死ぬこと
お母様に毒の入った小瓶を渡されたとき、他人事のようにしか受け止めなかった。まさか自分がそれを使うなどという選択肢は、というよりかはその存在じたいが頭の中にも心の中にもなかった。
それなのに、その存在を思い出した途端にそれが重苦しく、また重要なアイテムになってしまった。
死ぬ、ということがこれほど怖ろしいことだなんて……。
「ミキ、大丈夫か? 顔色が悪いぞ」
「も、申し訳ありません。風邪をひいたのでしょうか? 急に寒気と頭痛が……」
ごまかす為に嘘をついた。
「それは大変だ。もう休んだ方がいい。話はいつでも出来る」
ホッとした。彼の話の続きをきかなくてすんだから。
いずれにせよ結果は同じ。それを告げられるのがわずか先になっただけのこと。
それでもいい。せめてもう少し、あと少しだけでも彼といっしょにいられればいい。
安堵感に満たされ、わずかながら動揺がおさまった。
「……」
その瞬間、長椅子から体が浮いていた。
「コランタン様」
なんてこと。コランタンがこのわたしをお姫様抱っこしているのである。
彼の胸元から驚き顔で見上げると、彼はいたずらっぽい笑みを浮かべた。
「部屋まで運ぶよ。ああ、心配はいらない。将軍という地位は、心技体それ相応の力があるから務まっている。だから、きみをお姫様抱っこして運ぶくらいなんでもない。ここに来た最初の日も、馬車からきみの部屋へこうやって運んだんだ」
「なっ、なんですって?」
大声が出てしまった。
すっかり失念していたわ。
馬車で寝てしまって、気がついたら寝台の上だった。わたしが夢遊病でないかぎり、彼が抱っこして運ぶしか手はない。
すっかり頭の中から消え去っていた。
違う意味での衝撃に動揺している中、彼は二階へと向かう。わたしをお姫様抱っこしているとは思えないくらい、身軽に階段をのぼっていく。

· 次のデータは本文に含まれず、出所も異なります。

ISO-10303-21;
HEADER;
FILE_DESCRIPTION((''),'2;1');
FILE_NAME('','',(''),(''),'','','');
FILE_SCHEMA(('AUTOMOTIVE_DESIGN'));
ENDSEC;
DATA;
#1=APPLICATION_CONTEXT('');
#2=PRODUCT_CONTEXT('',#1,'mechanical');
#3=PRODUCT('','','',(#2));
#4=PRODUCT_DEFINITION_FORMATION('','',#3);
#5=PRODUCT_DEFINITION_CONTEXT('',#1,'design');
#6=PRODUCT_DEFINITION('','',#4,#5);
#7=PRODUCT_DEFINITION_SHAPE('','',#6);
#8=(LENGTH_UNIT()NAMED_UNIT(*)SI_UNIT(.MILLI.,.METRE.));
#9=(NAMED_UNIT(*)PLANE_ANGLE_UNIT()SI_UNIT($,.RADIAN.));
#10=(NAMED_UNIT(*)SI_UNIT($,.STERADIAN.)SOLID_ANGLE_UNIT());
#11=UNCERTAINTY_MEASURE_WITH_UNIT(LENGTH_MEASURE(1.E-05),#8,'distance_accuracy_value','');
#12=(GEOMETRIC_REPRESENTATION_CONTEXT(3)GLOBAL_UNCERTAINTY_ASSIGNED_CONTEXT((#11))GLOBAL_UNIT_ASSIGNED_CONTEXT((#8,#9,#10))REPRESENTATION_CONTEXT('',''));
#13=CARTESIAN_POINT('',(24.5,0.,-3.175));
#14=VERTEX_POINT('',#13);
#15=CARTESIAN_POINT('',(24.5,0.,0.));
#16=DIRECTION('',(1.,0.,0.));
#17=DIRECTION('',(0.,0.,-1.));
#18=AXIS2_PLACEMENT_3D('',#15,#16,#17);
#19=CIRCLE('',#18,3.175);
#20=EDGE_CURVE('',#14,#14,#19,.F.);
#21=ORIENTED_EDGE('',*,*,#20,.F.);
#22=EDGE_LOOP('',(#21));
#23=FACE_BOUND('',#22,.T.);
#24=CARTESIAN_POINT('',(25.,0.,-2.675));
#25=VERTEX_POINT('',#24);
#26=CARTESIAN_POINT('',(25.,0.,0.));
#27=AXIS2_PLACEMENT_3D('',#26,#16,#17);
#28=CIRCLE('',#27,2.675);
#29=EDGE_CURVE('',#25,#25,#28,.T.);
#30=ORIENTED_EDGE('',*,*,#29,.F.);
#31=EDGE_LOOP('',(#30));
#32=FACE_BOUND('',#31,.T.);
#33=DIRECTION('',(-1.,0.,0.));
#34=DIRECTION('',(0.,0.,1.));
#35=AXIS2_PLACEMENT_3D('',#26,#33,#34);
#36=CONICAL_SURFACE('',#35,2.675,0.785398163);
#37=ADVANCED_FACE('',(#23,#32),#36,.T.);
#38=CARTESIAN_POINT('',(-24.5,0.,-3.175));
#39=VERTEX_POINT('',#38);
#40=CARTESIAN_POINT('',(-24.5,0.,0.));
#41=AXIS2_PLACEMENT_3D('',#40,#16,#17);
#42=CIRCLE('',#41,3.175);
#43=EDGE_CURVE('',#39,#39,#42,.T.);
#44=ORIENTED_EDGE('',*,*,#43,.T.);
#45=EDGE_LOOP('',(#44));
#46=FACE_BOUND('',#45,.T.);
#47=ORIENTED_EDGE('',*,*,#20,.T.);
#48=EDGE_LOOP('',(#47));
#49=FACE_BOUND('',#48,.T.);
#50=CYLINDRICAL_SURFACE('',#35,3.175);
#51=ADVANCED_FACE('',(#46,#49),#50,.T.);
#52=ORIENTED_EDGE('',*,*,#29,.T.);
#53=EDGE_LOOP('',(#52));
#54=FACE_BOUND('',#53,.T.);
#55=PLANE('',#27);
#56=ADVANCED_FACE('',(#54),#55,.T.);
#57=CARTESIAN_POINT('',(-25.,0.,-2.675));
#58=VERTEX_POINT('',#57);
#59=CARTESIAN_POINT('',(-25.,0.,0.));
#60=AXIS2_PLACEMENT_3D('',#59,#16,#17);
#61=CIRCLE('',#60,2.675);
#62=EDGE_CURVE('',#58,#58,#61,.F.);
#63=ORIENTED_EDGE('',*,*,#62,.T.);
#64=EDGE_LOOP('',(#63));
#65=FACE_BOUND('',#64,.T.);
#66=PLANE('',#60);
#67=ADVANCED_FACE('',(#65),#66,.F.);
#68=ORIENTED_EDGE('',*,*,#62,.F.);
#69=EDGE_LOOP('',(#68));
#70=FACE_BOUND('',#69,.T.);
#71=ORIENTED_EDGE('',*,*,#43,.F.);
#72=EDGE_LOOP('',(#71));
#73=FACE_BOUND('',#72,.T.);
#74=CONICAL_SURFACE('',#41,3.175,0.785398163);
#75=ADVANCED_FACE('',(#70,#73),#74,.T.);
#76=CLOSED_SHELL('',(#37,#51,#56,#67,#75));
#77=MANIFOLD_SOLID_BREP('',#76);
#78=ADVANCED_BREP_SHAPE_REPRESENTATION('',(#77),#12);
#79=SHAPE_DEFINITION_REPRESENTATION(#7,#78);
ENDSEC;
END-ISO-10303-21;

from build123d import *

# Parameters (mm, degrees)
SKETCH_1_R        = 3.175
EXTRUDE_256_DEPTH = 25
CHAMFER_300_SIZE  = 0.5


with BuildPart() as part:
    # 草图1 → Extrude 256 (new, symmetric)
    with BuildSketch(Plane(origin=(0, 0, 0), x_dir=(0, 0, -1), z_dir=(1, 0, 0))):
        Circle(SKETCH_1_R)
    extrude(amount=EXTRUDE_256_DEPTH, both=True)

    # Chamfer 300
    chamfer_300_edges = [part.edges().sort_by_distance(p)[0] for p in [
        (-25, 0, 3.175),
        (25, 0, 3.175),
    ]]
    chamfer(chamfer_300_edges, length=CHAMFER_300_SIZE)


solid = part.part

そして、わたしの部屋に入るとわたしを寝台の上に寝かせてくれた。
「おっと、誤解のないように言っておくけれど、最初の夜はぜったいにやましいことはしていない。馬車で眠り込んでいるきみを何度か起こそうとしたけれど、あまりにも気持ちよさそうに眠っていたから部屋まで運んだ方がいいと思い直し、すぐに行動に移した。いまのようにきみを寝台の上に寝かせてからトランクを運び込んだ。それから、きみが目覚めたら腹がすいているかと思い、サンドイッチを作った。まあ、あれは正直失敗だった。野菜を使わなければよかった。いつもは違う。あんなひどいのは、自分史上初めてのことだ」
寝台に寝かされたまま、一生懸命言い訳をしている彼の美貌を見つめている。
ここに来たときの夜と同じように、ガラス扉から月光が射しこんでいる。カーテンが開いたままになっているから、室内はこれでもかというほど月光に溢れている。
「というわけで、誓ってやましいことはしていない」
「ええ、わかっています」
冷静に答えると、彼は目に見えてホッとしたみたい。
わたしには魅力がまったくない。コランタンもそんなわたしに小説などで表現される「そそられる」なんてことはないはずですもの。

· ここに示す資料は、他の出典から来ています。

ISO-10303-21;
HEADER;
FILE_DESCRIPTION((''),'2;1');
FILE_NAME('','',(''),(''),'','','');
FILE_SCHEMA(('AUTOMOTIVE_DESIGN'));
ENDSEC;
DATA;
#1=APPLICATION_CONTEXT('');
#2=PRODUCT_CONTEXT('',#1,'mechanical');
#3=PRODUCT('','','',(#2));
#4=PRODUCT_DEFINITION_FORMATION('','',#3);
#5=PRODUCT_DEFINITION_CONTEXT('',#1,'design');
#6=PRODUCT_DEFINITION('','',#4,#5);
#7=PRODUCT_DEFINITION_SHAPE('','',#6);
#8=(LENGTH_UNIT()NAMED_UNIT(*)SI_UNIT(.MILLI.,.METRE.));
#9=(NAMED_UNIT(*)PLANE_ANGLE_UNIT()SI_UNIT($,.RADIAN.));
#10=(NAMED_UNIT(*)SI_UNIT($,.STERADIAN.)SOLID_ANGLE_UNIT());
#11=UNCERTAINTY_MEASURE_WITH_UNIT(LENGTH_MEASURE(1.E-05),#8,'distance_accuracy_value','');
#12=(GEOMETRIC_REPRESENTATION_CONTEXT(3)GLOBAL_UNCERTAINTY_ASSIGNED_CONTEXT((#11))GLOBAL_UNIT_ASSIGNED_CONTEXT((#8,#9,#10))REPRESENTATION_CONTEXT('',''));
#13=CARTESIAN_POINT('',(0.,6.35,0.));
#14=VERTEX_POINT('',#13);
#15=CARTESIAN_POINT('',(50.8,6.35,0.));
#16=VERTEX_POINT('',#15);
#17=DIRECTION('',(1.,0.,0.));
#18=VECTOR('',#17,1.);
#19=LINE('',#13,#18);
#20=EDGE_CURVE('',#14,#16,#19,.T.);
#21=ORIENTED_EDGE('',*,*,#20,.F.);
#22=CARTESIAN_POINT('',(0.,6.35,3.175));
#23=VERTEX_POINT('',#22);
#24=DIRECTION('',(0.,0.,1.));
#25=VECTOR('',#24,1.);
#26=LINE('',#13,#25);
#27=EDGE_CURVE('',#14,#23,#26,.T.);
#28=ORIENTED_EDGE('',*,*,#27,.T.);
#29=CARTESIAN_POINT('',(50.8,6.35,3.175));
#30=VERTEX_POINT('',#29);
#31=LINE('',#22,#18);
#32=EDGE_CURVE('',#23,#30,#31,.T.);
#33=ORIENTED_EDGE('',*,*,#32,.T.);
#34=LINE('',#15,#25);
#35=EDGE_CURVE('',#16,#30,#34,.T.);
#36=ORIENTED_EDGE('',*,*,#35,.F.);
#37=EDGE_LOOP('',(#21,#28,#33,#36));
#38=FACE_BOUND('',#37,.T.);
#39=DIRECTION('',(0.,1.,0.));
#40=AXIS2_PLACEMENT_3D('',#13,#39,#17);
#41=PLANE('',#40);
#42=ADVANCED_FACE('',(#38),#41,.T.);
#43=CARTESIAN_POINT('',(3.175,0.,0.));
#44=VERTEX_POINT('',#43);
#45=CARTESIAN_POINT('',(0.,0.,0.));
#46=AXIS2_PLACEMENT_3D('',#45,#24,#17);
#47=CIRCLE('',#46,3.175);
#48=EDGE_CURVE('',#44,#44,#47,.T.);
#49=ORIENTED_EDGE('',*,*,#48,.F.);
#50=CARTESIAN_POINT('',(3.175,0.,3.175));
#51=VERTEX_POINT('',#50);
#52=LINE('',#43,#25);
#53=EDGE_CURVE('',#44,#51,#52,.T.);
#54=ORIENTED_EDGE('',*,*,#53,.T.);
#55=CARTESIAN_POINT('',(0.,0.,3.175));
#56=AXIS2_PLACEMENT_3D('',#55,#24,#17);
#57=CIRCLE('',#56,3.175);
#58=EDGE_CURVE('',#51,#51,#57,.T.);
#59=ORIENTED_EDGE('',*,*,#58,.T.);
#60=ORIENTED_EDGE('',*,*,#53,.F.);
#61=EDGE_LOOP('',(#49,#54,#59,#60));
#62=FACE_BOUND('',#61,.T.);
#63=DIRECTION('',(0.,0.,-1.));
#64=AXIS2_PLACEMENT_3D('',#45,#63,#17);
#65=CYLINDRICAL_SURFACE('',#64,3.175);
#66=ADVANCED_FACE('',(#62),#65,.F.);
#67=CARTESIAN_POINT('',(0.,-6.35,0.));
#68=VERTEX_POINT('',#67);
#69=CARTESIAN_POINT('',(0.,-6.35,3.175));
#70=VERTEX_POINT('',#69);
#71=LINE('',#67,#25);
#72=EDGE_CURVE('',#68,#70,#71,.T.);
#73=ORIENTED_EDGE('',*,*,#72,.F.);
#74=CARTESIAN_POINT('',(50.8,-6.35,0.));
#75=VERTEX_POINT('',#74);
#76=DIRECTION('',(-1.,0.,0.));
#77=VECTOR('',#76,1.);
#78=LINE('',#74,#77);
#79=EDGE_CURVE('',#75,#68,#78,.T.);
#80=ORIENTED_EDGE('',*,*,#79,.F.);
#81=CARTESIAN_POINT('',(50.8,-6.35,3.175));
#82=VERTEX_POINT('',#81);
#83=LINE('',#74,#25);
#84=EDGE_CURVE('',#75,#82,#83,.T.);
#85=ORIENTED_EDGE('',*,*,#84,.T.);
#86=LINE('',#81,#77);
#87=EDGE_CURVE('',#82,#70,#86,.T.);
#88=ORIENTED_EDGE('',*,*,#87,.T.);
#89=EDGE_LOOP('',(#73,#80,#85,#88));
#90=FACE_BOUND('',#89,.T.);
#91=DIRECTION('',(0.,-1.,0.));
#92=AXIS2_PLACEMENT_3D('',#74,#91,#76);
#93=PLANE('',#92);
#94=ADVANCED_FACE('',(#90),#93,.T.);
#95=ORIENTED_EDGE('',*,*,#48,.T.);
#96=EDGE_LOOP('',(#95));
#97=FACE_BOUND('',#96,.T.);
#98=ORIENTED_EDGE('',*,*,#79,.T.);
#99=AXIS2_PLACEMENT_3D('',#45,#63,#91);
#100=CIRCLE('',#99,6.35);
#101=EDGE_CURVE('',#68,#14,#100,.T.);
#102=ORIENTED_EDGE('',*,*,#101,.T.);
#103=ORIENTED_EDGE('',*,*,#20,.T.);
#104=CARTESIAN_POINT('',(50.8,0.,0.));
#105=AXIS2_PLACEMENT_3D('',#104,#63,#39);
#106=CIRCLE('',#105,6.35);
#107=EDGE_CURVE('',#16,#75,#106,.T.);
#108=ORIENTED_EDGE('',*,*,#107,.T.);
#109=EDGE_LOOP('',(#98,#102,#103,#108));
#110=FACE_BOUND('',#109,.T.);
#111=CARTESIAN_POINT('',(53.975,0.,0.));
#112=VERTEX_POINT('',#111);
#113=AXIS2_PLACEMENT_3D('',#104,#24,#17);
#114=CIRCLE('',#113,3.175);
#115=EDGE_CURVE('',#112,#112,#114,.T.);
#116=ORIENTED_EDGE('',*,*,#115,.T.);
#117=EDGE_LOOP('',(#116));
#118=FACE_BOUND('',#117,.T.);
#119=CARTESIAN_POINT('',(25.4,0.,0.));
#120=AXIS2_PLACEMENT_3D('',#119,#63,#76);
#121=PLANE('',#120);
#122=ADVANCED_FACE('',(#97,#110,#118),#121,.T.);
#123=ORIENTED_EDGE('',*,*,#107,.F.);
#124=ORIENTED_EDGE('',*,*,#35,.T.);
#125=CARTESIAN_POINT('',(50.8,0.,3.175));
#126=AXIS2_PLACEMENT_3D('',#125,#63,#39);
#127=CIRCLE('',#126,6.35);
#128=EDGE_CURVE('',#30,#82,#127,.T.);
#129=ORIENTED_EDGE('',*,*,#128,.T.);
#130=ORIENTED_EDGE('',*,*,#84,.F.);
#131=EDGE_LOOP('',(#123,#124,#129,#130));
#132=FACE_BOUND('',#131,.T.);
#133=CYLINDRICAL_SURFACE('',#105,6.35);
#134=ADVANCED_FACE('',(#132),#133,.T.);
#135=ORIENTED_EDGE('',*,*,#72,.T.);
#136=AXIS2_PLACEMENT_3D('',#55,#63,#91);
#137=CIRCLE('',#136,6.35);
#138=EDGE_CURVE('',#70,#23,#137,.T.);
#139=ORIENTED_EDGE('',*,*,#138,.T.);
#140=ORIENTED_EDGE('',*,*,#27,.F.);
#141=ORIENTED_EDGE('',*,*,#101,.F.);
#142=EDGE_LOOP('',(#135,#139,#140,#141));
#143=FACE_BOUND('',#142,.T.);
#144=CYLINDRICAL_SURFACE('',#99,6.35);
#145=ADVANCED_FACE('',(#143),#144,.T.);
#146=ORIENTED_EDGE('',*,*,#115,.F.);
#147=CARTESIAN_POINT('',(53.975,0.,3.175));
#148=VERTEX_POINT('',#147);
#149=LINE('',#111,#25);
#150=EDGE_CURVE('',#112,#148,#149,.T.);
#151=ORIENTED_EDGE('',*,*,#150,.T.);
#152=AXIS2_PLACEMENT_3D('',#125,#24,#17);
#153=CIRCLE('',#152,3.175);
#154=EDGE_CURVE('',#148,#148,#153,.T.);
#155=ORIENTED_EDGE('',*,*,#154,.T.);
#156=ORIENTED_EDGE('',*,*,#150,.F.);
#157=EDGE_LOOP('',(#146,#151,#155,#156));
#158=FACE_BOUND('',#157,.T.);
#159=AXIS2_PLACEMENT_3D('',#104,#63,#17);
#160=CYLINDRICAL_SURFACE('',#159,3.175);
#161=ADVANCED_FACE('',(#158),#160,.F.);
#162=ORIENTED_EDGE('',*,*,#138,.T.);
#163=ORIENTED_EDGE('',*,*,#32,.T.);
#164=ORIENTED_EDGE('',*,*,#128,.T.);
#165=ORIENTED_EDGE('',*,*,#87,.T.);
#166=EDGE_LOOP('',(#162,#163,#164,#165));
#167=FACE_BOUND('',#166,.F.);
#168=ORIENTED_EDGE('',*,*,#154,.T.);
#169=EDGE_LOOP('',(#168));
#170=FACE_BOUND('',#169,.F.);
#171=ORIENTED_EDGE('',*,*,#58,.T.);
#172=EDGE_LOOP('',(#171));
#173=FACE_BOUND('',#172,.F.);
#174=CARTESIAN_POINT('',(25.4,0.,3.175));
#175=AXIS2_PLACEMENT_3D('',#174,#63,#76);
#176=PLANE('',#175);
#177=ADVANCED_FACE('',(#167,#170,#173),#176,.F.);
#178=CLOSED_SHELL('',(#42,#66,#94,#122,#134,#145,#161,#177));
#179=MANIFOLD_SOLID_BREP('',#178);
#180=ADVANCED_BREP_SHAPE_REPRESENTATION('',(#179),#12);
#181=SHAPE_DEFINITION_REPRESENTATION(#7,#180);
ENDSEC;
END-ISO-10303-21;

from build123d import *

# Parameters (mm, degrees)
SKETCH1_R           = 3.175
BOSS_EXTRUDE1_DEPTH = 3.175


with BuildPart() as part:
    # Sketch1 → Boss-Extrude1 (new body)
    with BuildSketch(Plane.XY):
        with BuildLine():
            Line((0, 6.35), (50.8, 6.35))
            ThreePointArc((50.8, 6.35), (57.15, 0), (50.8, -6.35))
            Line((50.8, -6.35), (0, -6.35))
            ThreePointArc((0, -6.35), (-6.35, 0), (0, 6.35))
        make_face()
        Circle(SKETCH1_R, mode=Mode.SUBTRACT)
        with Locations((50.8, 0)):
            Circle(SKETCH1_R, mode=Mode.SUBTRACT)
    extrude(amount=BOSS_EXTRUDE1_DEPTH)


solid = part.part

「今夜はゆっくり休むといい。水をもってこよう。なにかあったら、夜中でも明け方でもいつでも声をかけてくれ。きみの症状にあう薬を探してみるから」
「コランタン様、どうかお気遣いなく。眠ればスッキリすると思います」
「そうだな。さあ、寝た寝た」
うながされ、それに従った。
そして、無理矢理瞼を閉じた。
しばらくの間彼は側についていてくれたけれど、部屋を出て行った。そして、水を持って来てくれた気配があり、また側にいてくれた。
なぜか安心出来るその気配を、頭と心で感じている間に眠ってしまっていた。
だから、彼がどれだけ側についていてくれたかはわからない。
彼のことや毒薬のことも含めた自分の将来のことを思い悩んでいるわりには、ぐっすり眠ってしまっていた。
月光が陽光にかわるまで、まったく目を覚ますことはなかった。